Aktualności / Energia i architektura

Energia i architektura

– Stosunkowo niedawno uświadomiliśmy sobie, że architektura jest w tak dużej mierze odpowiedzialna za zużycie energii, zanieczyszczenie środowiska, a szczególnie emisje gazów cieplarnianych, w tym dwutlenku węgla. Ciężka konstrukcja powoduje, że budynek ma odpowiednią masę, a izolacja pozwala na to, że budynek nie ogrzewa atmosfery. Normalne jest, że budynki ogrzewają atmosferę, ale to jest bez sensu. Masa akumulacyjna pozwala w sposób naturalny stabilizować temperaturę, ale też wilgotność – mówi architekt Dariusz Śmiechowski. Rozmawia z nim Paweł Pięciak.


 

– Ekologia staje się, czy chcemy czy nie, rodzajem nowej religii społeczeństw wysoko rozwiniętych. Praktykuje się ekologiczny styl życia, konsumuje ekologiczne jedzenie, ekologicznie spędza się czas. Jeżeli odrzuci się karykaturalne przejawy tego zjawiska, to jakie rzeczywiście znaczenie ma ekologia dla spraw architektury?

– Stosunkowo niedawno uświadomiliśmy sobie, że architektura jest w tak dużej mierze odpowiedzialna za zużycie energii, zanieczyszczenie środowiska, a szczególnie emisje gazów cieplarnianych, w tym dwutlenku węgla. Budynki zużywają aż 40-50 procent całego światowego zużycia energii. Jeżeli doda się do tego transport i wszelki przemysł, który służy temu, aby budować, następnie obsługiwać, a na koniec rozbierać budynki, to zużycie energii i wpływ na środowisko są jeszcze większe. Dlatego nie da się wciąż budować tak samo jak do tej pory.

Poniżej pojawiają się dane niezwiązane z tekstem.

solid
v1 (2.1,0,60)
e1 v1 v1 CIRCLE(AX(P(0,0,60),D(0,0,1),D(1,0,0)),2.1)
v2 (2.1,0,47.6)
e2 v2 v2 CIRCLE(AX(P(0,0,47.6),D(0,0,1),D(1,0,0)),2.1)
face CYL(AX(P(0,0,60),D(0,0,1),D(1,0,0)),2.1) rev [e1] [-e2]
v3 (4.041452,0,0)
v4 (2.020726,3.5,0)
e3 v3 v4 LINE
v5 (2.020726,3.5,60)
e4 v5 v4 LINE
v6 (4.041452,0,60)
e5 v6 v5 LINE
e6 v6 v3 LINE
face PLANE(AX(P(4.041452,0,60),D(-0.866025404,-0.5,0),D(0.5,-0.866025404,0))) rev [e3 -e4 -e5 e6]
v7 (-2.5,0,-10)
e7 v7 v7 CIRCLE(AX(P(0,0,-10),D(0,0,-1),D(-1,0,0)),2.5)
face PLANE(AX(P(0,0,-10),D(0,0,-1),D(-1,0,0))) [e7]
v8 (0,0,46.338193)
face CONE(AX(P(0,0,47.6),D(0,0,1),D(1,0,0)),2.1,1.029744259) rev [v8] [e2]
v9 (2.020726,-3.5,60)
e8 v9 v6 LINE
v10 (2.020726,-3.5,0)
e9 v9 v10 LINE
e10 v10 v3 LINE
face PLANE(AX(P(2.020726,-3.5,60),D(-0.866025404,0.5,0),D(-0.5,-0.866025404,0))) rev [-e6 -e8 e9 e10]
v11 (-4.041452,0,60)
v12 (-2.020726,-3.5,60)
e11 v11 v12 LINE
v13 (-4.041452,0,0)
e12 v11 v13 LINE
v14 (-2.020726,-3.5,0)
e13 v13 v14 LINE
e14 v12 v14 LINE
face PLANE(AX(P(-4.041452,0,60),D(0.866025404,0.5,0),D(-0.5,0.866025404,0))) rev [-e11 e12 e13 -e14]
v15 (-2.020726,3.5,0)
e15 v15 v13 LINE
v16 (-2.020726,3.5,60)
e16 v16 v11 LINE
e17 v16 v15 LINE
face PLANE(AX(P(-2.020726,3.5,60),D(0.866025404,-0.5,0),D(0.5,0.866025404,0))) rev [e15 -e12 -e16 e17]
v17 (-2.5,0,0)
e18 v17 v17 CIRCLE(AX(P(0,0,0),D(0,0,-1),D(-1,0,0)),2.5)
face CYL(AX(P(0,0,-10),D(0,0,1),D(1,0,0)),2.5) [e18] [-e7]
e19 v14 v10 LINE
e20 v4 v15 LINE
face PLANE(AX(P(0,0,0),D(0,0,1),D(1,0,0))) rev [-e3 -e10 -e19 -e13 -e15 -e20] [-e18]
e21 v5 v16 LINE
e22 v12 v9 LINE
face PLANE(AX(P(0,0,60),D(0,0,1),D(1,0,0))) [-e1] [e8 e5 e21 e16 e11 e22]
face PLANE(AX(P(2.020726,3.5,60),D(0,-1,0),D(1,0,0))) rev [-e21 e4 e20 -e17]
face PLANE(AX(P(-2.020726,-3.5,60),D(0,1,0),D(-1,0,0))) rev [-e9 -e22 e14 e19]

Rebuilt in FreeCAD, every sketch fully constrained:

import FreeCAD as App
import Part
import Sketcher
from FreeCAD import Vector
Q = App.Units.Quantity


def add_polygon(sketch, points):
    """Adds a closed chain of lines whose ends are joined by coincident constraints."""
    first, n = sketch.GeometryCount, len(points)
    for a, b in zip(points, points[1:] + points[:1]):
        sketch.addGeometry(Part.LineSegment(App.Vector(*a, 0), App.Vector(*b, 0)), False)
    for i in range(n):
        sketch.addConstraint(Sketcher.Constraint("Coincident", first + i, 2, first + (i + 1) % n, 1))

doc = App.newDocument("Part")
body = doc.addObject("PartDesign::Body", "Body")

sketch1 = doc.addObject("Sketcher::SketchObject", "Sketch")
body.addObject(sketch1)
sketch1.AttachmentSupport = (doc.XY_Plane, [""])
sketch1.MapMode = "FlatFace"
add_polygon(sketch1, [(-2.020726, 3.5), (-4.041452, 0), (-2.020726, -3.5), (2.020726, -3.5), (4.041452, 0), (2.020726, 3.5)])
sketch1.addConstraint([
    Sketcher.Constraint("Horizontal", 2),
    Sketcher.Constraint("Horizontal", 5),
    Sketcher.Constraint("Symmetric", 0, 2, 3, 2, -1, 1),
    Sketcher.Constraint("Symmetric", 1, 2, 4, 2, -1, 1),
    Sketcher.Constraint("PointOnObject", 0, 2, -1),
    Sketcher.Constraint("Parallel", 0, 3),
    Sketcher.Constraint("Vertical", 2, 2, 4, 2),
    Sketcher.Constraint("Angle", 0, Q("-120 deg")),
    Sketcher.Constraint("DistanceY", 2, 2, 4, 2, 7.0),
    Sketcher.Constraint("DistanceX", 2, 1, 2, 2, 4.041452),
])
pad1 = doc.addObject("PartDesign::Pad", "Pad")
body.addObject(pad1)
pad1.Profile = sketch1
pad1.Length = 60

sketch2 = doc.addObject("Sketcher::SketchObject", "Sketch001")
body.addObject(sketch2)
sketch2.AttachmentSupport = (doc.XY_Plane, [""])
sketch2.MapMode = "FlatFace"
sketch2.addGeometry(Part.Circle(Vector(0, 0, 0), Vector(0, 0, 1), 2.5), False)
sketch2.addConstraint([
    Sketcher.Constraint("Coincident", 0, 3, -1, 1),
    Sketcher.Constraint("Diameter", 0, 5.0),
])
pad2 = doc.addObject("PartDesign::Pad", "Pad001")
body.addObject(pad2)
pad2.Profile = sketch2
pad2.Length = 10
pad2.Reversed = True

sketch3 = doc.addObject("Sketcher::SketchObject", "Sketch002")
body.addObject(sketch3)
sketch3.AttachmentSupport = (doc.XY_Plane, [""])
sketch3.MapMode = "FlatFace"
sketch3.AttachmentOffset = App.Placement(Vector(0, 0, 60), App.Rotation())
sketch3.addGeometry(Part.Circle(Vector(0, 0, 0), Vector(0, 0, 1), 2.1), False)
sketch3.addConstraint([
    Sketcher.Constraint("Coincident", 0, 3, -1, 1),
    Sketcher.Constraint("Diameter", 0, 4.2),
])
doc.recompute()
hole = doc.addObject("PartDesign::Hole", "Hole")
body.addObject(hole)
hole.Profile = sketch3
hole.ThreadType = "None"
hole.Diameter = 4.2
hole.DepthType = "Dimension"
hole.Depth = 12.4
hole.DrillPoint = "Angled"
hole.DrillPointAngle = 118

doc.recompute()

Dane naukowe pomagają w bardziej sprawiedliwej i krytycznej ocenie ostatnich dwustu lat cywilizacji przemysłowej, a to, czy uznaje się globalne ocieplenie za prawdę, nie leży w sferze wiary czy ideologii.

 

– Ekologia może mieć znaczenie na różnych poziomach – od wielkiej urbanistyki, planowania całych miast, przez mniejsze jednostki, budowanie osiedli, ulic, aż po projektowanie pojedynczych budynków. Jaki jest związek budynku i ekologii? Co to znaczy, że budynek jest ekologiczny?

– Możemy porównać dwa schematy funkcjonowania budynku. Jeden nazwiemy linearnym, a drugi schematem zamkniętego obiegu. W zrozumieniu aspektów funkcjonowania budynku pomaga uświadomienia sobie związków z czterema znanymi od starożytności żywiołami. W schemacie linearnym budynek jest przedstawiany jako swego rodzaju miejsce przetwarzania zasobów naturalnych w odpady, na przykład energia jest „zamieniana” w straty ciepła, czysta woda w ścieki, świeże powietrze zostaje zamienione w zużyte, materiały i towary konsumpcyjne w odpady. Jeżeli ten schemat spróbujemy zamienić w schemat zamkniętego obiegu, to będzie można użyć znacznie mniej energii do ogrzewania w zimie i wentylacji w lecie, bo część energii zostanie odzyskana; część wody można oszczędzić a część wykorzystać powtórnie; sporej ilości odpadów można w ogóle uniknąć lub wykorzystać je powtórnie i tak dalej. Budynek z żarłocznego konsumenta energii i wszelkich innych zasobów może stać się jednostką bardziej samowystarczalną.

 

– Czy da się obliczyć i wykazać, które budynki są przykładowo bardziej oszczędne energetycznie od innych i przez to bardziej ekologiczne?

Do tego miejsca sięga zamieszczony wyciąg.